Composition of the Audit Committee

    1. The Committee comprises at least 3 members, including the Chairperson, appointed and dismissed by the Supervisory Board of the Bank. Members of the Committee are elected from among the members of the Supervisory Board of the Bank.
    1. Most members of the Committee, including the Chairperson, are independent.
    1. The criteria for assessing and selecting members of the Committee in terms of experience and knowledge in the field of accounting, financial management, risk management and internal control are indicated on the basis of the "Policy of Selection and Assessment of the Members of the Management Board and the Supervisory Board of Alior Bank S.A.". The Supervisory

Board of the Bank, having carried out the suitability assessment, shall confirm that the requirements laid down in the Policy of Selection and Assessment, regarding the possession of the necessary competencies by the members of the Committee, have been met.

    1. Members of the Committee should feature knowledge and experience to enable the financial statements to be interpreted and assessed independently, and correctly. This fact is confirmed by the assessment of the collective suitability of the members of the Committee.
    1. The Supervisory Board of the Bank, giving account of the results of the assessment of individual suitability of candidates for members of the Committee, shall assess the collective suitability of the Committee, in particular ensuring that:
    2. a) the appropriate number of members meet the independence criteria,
    3. b) the appropriate number of members feature the required knowledge and skills in accounting or auditing financial statements,
    4. c) the appropriate number of members feature the required knowledge and skills in the field of the financial sector.
    1. At least one member of the Committee shall feature knowledge and skills in accounting or auditing financial statements. This fact shall be confirmed by the knowledge and skills in the area of accounting or auditing the financial statements.
    1. At least one member of the Committee shall have knowledge and skills in the sector in which the Bank operates. This fact shall be confirmed by the knowledge and skills in the field of the financial sector.
    1. The Supervisory Board shall elect and dismiss the Chairperson of the Committee who features organisational and communication skills.

§ 3

Rules of operation of the Audit Committee

    1. At the beginning of each year, the Committee shall establish a framework work plan.
    1. The Chairperson of the Committee shall coordinate the work of the Committee.
    1. The Chairperson of the Committee shall convene meetings of the Committee on their own initiative, upon request of a member of the Committee or the Chairperson of the Supervisory Board.
    1. Meetings of the Committee shall be convened on the basis of a predetermined plan, as well as taking into account unscheduled meetings or raising previously unscheduled issues during meetings, whenever necessary.

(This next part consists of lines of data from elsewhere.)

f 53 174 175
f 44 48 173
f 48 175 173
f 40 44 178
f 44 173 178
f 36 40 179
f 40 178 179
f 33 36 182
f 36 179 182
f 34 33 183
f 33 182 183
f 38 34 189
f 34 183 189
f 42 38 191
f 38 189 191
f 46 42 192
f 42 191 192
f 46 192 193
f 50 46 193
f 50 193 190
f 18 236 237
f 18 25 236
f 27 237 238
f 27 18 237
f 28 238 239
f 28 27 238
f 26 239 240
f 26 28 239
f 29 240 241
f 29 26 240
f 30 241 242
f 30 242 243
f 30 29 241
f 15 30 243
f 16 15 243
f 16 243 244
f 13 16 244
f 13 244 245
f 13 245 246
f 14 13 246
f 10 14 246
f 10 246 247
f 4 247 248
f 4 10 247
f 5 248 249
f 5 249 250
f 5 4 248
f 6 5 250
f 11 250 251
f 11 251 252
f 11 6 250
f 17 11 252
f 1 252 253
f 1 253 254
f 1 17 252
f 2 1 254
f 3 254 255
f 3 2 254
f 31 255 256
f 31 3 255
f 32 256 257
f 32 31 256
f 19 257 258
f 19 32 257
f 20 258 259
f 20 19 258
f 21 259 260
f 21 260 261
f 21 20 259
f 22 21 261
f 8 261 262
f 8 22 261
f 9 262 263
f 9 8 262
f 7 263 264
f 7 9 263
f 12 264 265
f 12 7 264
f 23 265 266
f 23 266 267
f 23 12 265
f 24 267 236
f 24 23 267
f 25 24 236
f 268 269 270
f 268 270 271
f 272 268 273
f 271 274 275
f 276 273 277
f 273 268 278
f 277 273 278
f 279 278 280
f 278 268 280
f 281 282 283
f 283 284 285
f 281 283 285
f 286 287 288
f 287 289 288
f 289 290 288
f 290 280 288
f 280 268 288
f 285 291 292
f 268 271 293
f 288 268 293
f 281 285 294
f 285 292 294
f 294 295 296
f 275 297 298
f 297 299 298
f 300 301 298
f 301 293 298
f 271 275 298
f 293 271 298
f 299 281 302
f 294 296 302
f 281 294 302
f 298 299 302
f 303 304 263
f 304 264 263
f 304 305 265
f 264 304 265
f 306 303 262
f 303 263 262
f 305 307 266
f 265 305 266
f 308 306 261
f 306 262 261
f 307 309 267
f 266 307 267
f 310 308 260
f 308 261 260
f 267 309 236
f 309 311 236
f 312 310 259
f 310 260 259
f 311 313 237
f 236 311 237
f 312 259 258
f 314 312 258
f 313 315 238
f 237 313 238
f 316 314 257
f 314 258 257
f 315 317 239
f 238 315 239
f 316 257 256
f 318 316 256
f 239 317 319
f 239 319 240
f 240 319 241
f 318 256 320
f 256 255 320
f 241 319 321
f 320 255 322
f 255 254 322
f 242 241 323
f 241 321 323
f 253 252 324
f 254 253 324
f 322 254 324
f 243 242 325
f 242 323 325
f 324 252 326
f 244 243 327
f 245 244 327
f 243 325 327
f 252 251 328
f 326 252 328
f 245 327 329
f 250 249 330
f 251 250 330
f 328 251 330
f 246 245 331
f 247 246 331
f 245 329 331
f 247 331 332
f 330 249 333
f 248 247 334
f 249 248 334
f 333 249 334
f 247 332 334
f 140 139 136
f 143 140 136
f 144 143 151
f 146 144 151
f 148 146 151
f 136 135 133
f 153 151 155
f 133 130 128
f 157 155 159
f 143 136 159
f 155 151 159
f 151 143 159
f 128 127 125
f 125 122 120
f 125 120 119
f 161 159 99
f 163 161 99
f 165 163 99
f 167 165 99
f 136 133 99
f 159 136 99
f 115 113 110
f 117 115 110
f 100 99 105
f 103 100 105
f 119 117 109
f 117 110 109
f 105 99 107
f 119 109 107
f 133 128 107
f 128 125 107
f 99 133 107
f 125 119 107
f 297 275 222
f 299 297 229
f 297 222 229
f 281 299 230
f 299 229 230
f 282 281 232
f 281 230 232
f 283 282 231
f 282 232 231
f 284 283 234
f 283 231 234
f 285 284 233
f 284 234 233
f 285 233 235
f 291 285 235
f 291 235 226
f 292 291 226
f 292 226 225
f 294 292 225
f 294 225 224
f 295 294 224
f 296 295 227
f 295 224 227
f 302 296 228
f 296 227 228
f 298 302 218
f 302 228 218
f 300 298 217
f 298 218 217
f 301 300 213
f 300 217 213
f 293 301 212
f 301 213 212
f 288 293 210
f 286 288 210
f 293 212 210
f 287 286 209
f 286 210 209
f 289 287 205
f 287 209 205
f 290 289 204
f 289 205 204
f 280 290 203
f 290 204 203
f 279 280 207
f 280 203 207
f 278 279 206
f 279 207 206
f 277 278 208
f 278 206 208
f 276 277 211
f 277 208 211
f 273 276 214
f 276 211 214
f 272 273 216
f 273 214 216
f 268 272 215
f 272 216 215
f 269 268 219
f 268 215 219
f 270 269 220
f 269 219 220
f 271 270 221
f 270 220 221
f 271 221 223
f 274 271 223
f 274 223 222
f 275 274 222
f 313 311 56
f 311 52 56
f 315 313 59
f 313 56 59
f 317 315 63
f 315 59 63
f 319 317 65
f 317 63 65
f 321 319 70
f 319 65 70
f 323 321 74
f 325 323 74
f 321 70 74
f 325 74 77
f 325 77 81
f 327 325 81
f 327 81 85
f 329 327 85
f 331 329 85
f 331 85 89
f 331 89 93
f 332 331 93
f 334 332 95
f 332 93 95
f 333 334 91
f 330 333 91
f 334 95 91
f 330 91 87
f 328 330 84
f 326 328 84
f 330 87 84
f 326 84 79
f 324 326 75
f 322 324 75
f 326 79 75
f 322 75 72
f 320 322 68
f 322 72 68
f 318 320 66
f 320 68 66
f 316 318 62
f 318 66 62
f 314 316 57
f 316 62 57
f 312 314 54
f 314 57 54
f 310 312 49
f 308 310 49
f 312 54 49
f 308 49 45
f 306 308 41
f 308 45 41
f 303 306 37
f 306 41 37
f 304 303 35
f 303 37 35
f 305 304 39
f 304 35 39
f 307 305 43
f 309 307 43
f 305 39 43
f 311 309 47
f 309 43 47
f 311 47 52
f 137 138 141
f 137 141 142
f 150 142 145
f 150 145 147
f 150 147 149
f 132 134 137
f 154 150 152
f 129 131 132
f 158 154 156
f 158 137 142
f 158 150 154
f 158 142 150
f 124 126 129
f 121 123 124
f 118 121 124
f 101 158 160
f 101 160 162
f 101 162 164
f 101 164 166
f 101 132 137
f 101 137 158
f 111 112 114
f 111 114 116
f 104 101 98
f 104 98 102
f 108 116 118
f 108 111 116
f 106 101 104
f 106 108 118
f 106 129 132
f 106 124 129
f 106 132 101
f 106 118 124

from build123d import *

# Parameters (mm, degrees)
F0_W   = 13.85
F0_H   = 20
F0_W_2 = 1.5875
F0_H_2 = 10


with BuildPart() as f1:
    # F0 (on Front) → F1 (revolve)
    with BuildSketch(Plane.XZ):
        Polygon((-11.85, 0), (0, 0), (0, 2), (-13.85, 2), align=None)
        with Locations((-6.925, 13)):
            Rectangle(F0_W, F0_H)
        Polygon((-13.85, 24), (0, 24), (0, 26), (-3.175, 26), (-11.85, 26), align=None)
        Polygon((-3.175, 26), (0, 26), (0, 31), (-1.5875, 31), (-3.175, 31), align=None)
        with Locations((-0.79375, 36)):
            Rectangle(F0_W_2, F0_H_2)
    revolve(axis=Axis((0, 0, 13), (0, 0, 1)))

Members of the Committee may participate in the meeting either in person or via means of direct distance communication.
    1. At the beginning of the term of office, the Committee (and a new member of the Committee, if appointed) receives a package of key information, documents and internal regulations of the Bank related to the function performed. The responsibility for the distribution of the aforementioned documents shall rest with the Audit Department of the Bank.
    1. In accordance with the "Development Policy for Members of the Management Board and Supervisory Board", members of the Committee have the opportunity to participate in training, conferences or events and projects aimed at improving knowledge and skills related to their function and position.
    1. The Committee receives information on the status of implementation of recommendations issued by the Supervisory Board. The report is distributed by the Audit Department on a semiannual basis.
    1. The statutory auditor, the Director of the Audit Department or the Director of the Bank's Compliance Department may request that a meeting be convened, if they deemed it necessary.
    1. The Committee shall hold at least four meetings during a calendar year. One of these meetings is held after the Management Board of the Bank presents documents and motions regarding the Supervisory Board's assessment of the annual financial statements, before the Supervisory Board meeting at which such assessment is to be made.
    1. The Committee shall meet with the statutory auditor, the Director of the Audit Department, and the Director of the Compliance Department at least once a year, at a closed meeting without the participation of members of the management of the Bank.
    1. Committee meetings shall be chaired by the Chairperson or another member of the Committee appointed by the Chairperson.
    1. The Committee shall adopt resolutions at its meetings by simple majority of votes. In the case of an equal number of votes for and against, the vote of the Chairperson of the Committee shall prevail.
    1. The quorum at the meeting shall be formed by the presence of at least half of the members of the Committee.
    1. Resolutions of the Committee may be adopted in the standard mode at the meeting of the Committee, by circulation or by means of direct distance communication.
    1. Resolutions adopted by the Committee by circulation or by means of direct distance communication shall be listed (title, number, date of adoption, result of vote) in the minutes of the first meeting of the Committee following the date of adoption of the resolutions in question and the content of those resolutions shall be included in the relevant minutes.
    1. Each member of the Committee may participate in the meeting using a conference device or other telecommunication devices which enable all persons participating in the meeting to hear each other and conduct a conversation, whereby such participation in the meeting is tantamount to the presence of a person at the meeting.
    1. Other persons featuring relevant expertise or whose views are relevant to a given issue may also be invited to attend Committee meetings.
    1. The Chairperson of the Committee may appoint the Secretary of the Committee. The Secretary shall be responsible for preparing and distributing the minutes of the Committee meeting, after approval thereof by the Chairperson of the Committee.
    1. Minutes from the meeting of the Committee, drawn up in writing, should include: date of the meeting, agenda, names and surnames of persons present at the meeting, content of decisions, recommendations, resolutions, arrangements, number of votes cast for individual resolutions as well as other matters requiring inclusion in the minutes.
    1. The course of the Committee meeting may be recorded by magnetic or electronic means for the purpose of drawing up the minutes thereof. As soon as the minutes are accepted, the record of the Committee meeting shall be destroyed.
    1. Members of the Committee shall be given the opportunity to inspect, submit any comments or give dissenting opinions regarding the content of the minutes before final approval. The fact

of submitting comments and dissenting opinions shall be recorded in the minutes. The minutes shall be signed by the members of the Committee present at the meeting.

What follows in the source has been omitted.